● Task prompt
Below are lines of data, and only some are wanted. Please repeat exactly those from the line that has "face CONE(AX(P(2,0,0),D(-1,0,0),D(0,0,1)),5,1.107148718) [e4]" through the line that has "The same part".

● Data to examine
==========

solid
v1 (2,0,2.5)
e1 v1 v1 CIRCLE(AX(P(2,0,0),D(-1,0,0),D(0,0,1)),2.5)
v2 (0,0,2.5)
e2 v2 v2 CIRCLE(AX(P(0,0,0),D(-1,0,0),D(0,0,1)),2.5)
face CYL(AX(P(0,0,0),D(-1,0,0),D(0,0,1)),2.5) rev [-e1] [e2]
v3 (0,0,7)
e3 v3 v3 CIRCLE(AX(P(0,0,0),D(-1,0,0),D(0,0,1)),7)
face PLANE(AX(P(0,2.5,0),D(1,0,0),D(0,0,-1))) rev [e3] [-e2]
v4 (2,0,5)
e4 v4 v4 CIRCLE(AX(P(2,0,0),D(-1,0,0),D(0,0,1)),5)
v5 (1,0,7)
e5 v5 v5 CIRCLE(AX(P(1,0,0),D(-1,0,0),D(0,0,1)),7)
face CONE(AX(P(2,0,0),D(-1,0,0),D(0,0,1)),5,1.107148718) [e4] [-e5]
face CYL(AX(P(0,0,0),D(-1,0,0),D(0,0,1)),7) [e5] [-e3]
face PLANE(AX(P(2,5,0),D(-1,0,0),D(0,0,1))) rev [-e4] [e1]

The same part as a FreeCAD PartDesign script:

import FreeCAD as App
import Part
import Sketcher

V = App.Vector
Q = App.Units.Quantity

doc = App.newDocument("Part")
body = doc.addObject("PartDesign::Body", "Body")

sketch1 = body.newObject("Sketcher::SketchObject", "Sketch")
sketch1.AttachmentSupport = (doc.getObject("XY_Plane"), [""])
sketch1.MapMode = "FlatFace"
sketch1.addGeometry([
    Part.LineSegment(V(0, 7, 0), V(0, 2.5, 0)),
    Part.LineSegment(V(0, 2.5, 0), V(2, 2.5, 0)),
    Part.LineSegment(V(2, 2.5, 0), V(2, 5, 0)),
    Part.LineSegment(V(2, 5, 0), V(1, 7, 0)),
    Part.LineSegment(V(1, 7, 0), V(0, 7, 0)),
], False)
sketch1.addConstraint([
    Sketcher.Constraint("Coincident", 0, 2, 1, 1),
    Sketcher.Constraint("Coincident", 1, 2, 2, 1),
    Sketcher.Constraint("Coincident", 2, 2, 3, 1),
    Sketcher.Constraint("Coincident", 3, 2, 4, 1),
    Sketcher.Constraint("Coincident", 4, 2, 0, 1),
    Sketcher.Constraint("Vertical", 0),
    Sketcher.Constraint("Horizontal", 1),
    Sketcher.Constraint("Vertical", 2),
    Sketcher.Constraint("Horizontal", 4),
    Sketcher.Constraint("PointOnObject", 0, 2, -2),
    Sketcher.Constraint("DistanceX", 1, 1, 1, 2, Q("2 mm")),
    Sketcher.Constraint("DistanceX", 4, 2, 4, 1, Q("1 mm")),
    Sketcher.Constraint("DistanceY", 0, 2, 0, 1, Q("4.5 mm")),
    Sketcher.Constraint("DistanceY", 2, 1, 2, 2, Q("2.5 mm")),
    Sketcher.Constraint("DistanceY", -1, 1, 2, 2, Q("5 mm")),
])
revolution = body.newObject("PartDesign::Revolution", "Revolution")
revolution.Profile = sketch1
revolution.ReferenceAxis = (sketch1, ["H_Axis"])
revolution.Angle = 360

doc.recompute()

==========

● Solved exercise
face CONE(AX(P(2,0,0),D(-1,0,0),D(0,0,1)),5,1.107148718) [e4] [-e5]
face CYL(AX(P(0,0,0),D(-1,0,0),D(0,0,1)),7) [e5] [-e3]
face PLANE(AX(P(2,5,0),D(-1,0,0),D(0,0,1))) rev [-e4] [e1]

The same part as a FreeCAD PartDesign script:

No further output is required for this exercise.